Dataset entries
==============================

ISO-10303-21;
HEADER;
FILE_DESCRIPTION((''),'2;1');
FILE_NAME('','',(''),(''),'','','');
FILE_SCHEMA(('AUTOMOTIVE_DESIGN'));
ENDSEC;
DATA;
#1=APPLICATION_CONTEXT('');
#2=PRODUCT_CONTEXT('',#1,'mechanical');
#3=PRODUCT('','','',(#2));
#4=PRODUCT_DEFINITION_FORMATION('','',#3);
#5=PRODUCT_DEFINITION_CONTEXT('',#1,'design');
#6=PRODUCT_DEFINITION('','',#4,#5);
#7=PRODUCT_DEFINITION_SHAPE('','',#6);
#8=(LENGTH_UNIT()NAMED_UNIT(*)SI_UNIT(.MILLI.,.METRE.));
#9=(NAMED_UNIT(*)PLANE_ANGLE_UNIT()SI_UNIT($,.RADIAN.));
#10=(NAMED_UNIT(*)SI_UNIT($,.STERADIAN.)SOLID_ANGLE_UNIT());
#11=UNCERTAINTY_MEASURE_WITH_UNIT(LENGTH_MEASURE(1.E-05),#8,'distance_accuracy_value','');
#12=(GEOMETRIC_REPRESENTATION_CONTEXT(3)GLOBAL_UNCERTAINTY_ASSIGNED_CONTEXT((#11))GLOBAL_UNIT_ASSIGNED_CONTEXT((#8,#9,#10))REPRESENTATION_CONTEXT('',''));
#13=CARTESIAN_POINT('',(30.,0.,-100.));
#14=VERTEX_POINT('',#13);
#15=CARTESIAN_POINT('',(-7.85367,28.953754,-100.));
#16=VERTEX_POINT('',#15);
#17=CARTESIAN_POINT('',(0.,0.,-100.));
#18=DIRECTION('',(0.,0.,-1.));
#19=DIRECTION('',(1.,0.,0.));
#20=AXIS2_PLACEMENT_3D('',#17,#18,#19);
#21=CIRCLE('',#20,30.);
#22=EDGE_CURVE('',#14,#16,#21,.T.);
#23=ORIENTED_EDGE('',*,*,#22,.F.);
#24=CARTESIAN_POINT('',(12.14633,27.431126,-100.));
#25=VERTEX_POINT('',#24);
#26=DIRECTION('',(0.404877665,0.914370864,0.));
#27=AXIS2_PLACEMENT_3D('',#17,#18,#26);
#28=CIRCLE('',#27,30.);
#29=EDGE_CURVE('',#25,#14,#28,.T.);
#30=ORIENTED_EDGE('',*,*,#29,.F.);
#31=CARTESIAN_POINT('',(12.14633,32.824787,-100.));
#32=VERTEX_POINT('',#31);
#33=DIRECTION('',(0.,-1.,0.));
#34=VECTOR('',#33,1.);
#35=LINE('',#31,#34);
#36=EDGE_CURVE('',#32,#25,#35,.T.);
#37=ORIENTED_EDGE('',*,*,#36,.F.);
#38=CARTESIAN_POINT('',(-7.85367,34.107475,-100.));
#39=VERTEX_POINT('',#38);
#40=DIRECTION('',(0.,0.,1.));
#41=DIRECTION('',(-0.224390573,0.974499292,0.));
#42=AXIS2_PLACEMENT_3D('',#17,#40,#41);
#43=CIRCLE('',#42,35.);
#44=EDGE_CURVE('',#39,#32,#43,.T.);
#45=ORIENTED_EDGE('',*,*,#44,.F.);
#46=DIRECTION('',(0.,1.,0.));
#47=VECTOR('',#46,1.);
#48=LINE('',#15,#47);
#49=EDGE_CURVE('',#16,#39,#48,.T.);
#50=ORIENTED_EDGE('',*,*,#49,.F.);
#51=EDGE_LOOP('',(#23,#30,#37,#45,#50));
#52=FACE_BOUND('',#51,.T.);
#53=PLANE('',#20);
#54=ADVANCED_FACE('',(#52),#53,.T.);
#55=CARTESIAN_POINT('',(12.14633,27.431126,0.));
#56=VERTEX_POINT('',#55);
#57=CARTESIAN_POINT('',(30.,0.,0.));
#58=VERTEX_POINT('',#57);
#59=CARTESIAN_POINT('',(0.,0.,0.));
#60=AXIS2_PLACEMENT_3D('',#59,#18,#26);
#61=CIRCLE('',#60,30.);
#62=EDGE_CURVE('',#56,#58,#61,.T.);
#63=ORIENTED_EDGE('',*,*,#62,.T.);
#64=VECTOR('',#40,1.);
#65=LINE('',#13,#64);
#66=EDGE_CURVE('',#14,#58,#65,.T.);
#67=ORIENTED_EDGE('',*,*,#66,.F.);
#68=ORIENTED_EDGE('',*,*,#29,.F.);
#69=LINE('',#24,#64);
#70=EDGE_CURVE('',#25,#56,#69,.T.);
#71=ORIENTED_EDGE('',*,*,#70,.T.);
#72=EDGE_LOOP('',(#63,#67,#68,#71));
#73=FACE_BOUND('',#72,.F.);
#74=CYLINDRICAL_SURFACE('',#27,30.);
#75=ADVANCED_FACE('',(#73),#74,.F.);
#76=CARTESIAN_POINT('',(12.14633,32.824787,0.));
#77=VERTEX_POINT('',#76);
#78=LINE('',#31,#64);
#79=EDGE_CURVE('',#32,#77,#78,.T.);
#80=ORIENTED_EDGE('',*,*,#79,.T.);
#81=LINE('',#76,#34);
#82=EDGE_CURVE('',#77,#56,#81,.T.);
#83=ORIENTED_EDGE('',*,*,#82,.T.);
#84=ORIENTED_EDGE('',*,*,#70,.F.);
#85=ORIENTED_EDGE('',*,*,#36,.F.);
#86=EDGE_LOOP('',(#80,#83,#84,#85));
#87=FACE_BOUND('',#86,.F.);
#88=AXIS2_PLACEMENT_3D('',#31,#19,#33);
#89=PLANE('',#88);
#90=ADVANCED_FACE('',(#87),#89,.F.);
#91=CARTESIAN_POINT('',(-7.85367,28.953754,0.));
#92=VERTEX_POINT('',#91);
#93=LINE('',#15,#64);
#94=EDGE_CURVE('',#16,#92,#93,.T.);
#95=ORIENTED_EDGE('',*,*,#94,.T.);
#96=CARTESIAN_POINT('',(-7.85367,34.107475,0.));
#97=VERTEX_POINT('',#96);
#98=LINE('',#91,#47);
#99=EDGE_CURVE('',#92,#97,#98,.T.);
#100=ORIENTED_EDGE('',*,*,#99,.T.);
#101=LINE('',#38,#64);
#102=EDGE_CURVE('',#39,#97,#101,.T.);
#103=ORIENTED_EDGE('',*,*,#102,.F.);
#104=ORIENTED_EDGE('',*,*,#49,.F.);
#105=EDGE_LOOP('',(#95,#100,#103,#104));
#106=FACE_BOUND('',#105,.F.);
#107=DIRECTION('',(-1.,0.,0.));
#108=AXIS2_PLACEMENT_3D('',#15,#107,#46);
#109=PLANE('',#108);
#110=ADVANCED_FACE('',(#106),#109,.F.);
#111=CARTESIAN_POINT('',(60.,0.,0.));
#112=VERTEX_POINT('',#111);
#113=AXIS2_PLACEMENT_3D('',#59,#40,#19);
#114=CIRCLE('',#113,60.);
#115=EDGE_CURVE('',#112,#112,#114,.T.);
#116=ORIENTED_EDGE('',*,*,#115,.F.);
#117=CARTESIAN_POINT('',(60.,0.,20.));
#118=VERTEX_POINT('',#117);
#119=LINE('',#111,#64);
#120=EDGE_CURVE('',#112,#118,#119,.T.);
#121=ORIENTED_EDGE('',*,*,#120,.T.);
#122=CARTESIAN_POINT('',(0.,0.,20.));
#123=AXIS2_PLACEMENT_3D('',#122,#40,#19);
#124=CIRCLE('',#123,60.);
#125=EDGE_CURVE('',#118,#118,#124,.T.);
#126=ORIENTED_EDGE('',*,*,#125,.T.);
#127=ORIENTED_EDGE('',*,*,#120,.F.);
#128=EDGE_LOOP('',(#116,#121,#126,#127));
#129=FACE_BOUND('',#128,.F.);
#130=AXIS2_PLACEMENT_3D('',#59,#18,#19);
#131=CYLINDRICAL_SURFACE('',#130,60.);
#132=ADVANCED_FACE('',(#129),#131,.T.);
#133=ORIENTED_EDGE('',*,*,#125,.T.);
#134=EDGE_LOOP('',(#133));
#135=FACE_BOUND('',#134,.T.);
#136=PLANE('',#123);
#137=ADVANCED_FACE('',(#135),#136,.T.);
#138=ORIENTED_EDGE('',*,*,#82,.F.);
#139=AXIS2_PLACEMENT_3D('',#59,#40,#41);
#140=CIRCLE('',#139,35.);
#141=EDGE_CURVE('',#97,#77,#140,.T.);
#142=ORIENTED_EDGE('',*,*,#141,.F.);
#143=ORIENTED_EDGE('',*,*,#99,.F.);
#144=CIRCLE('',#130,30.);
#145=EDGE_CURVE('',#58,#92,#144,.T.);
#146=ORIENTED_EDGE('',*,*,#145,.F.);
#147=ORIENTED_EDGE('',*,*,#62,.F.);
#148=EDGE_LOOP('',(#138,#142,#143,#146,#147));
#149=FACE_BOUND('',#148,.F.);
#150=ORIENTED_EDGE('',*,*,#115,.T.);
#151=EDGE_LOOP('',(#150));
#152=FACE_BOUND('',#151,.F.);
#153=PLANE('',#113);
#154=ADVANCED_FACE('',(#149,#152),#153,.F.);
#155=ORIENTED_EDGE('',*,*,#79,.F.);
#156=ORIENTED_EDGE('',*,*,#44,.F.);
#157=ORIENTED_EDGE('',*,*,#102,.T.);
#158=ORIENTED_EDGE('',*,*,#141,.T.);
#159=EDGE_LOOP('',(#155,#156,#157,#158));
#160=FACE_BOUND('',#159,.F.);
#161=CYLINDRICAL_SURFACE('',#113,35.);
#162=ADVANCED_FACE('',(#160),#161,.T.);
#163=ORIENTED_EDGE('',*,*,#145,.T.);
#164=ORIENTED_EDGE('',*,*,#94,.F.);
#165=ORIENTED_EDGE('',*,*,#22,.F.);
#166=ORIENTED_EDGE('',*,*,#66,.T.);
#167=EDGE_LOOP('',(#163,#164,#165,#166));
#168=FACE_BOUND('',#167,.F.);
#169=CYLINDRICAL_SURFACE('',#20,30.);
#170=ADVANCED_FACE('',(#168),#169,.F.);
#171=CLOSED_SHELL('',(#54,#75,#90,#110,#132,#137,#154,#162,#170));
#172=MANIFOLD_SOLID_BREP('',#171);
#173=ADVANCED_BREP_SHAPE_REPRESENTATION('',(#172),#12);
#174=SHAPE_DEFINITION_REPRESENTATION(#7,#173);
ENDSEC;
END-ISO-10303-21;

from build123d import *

# Parameters (mm, degrees)
F0_R     = 60
F1_DEPTH = 20
F2_R     = 35
F3_DEPTH = 100
F5_DEPTH = 100


with BuildPart() as f1:
    # F0 (on Top) → F1 (new body)
    with BuildSketch(Plane.XY):
        Circle(F0_R)
    extrude(amount=F1_DEPTH)

    # F2 (on face) → F3 (join)
    with BuildSketch(Plane(origin=(0, 0, 0), x_dir=(1, 0, 0), z_dir=(0, 0, -1))):
        Circle(F2_R)
    extrude(amount=F3_DEPTH)

    # F4 (on face) → F5 (cut)
    with BuildSketch(Plane(origin=(0, 0, -100), x_dir=(1, 0, 0), z_dir=(0, 0, -1))):
        with BuildLine():
            Line((-7.8536700457, -25.464490056), (-7.8536700457, -28.953753933))
            ThreePointArc((-7.8536700457, -28.953753933), (2.2773518168, -29.913436257), (12.1463299543, -27.4311259091))
            Line((12.1463299543, -27.4311259091), (12.1463299543, -25.464490056))
            Line((12.1463299543, -25.464490056), (-7.8536700457, -25.464490056))
        make_face()
        with BuildLine():
            ThreePointArc((12.1463299543, -27.4311259091), (25.1434872147, -16.3647502482), (30, 0))
            ThreePointArc((30, 0), (-18.22621599, 23.8286602789), (-7.8536700457, -28.953753933))
            Line((-7.8536700457, -28.953753933), (-7.8536700457, -25.464490056))
            Line((-7.8536700457, -25.464490056), (12.1463299543, -25.464490056))
            Line((12.1463299543, -25.464490056), (12.1463299543, -27.4311259091))
        make_face()
        with BuildLine():
            ThreePointArc((12.1463299543, -27.4311259091), (2.2773518168, -29.913436257), (-7.8536700457, -28.953753933))
            Line((-7.8536700457, -28.953753933), (-7.8536700457, -34.1074752336))
            ThreePointArc((-7.8536700457, -34.1074752336), (2.2401014005, -34.9282399459), (12.1463299543, -32.824787412))
            Line((12.1463299543, -32.824787412), (12.1463299543, -27.4311259091))
        make_face()
    extrude(amount=-F5_DEPTH, mode=Mode.SUBTRACT)


solid = f1.part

==============================

Action item >> Start at the first line of the entries and stop at the line with "#19=DIRECTION('',(1.,0.,0.));". Retype each of those lines exactly, both ends included.

Response box >>
ISO-10303-21;
HEADER;
FILE_DESCRIPTION((''),'2;1');
FILE_NAME('','',(''),(''),'','','');
FILE_SCHEMA(('AUTOMOTIVE_DESIGN'));
ENDSEC;
DATA;
#1=APPLICATION_CONTEXT('');
#2=PRODUCT_CONTEXT('',#1,'mechanical');
#3=PRODUCT('','','',(#2));
#4=PRODUCT_DEFINITION_FORMATION('','',#3);
#5=PRODUCT_DEFINITION_CONTEXT('',#1,'design');
#6=PRODUCT_DEFINITION('','',#4,#5);
#7=PRODUCT_DEFINITION_SHAPE('','',#6);
#8=(LENGTH_UNIT()NAMED_UNIT(*)SI_UNIT(.MILLI.,.METRE.));
#9=(NAMED_UNIT(*)PLANE_ANGLE_UNIT()SI_UNIT($,.RADIAN.));
#10=(NAMED_UNIT(*)SI_UNIT($,.STERADIAN.)SOLID_ANGLE_UNIT());
#11=UNCERTAINTY_MEASURE_WITH_UNIT(LENGTH_MEASURE(1.E-05),#8,'distance_accuracy_value','');
#12=(GEOMETRIC_REPRESENTATION_CONTEXT(3)GLOBAL_UNCERTAINTY_ASSIGNED_CONTEXT((#11))GLOBAL_UNIT_ASSIGNED_CONTEXT((#8,#9,#10))REPRESENTATION_CONTEXT('',''));
#13=CARTESIAN_POINT('',(30.,0.,-100.));
#14=VERTEX_POINT('',#13);
#15=CARTESIAN_POINT('',(-7.85367,28.953754,-100.));
#16=VERTEX_POINT('',#15);
#17=CARTESIAN_POINT('',(0.,0.,-100.));
#18=DIRECTION('',(0.,0.,-1.));
#19=DIRECTION('',(1.,0.,0.));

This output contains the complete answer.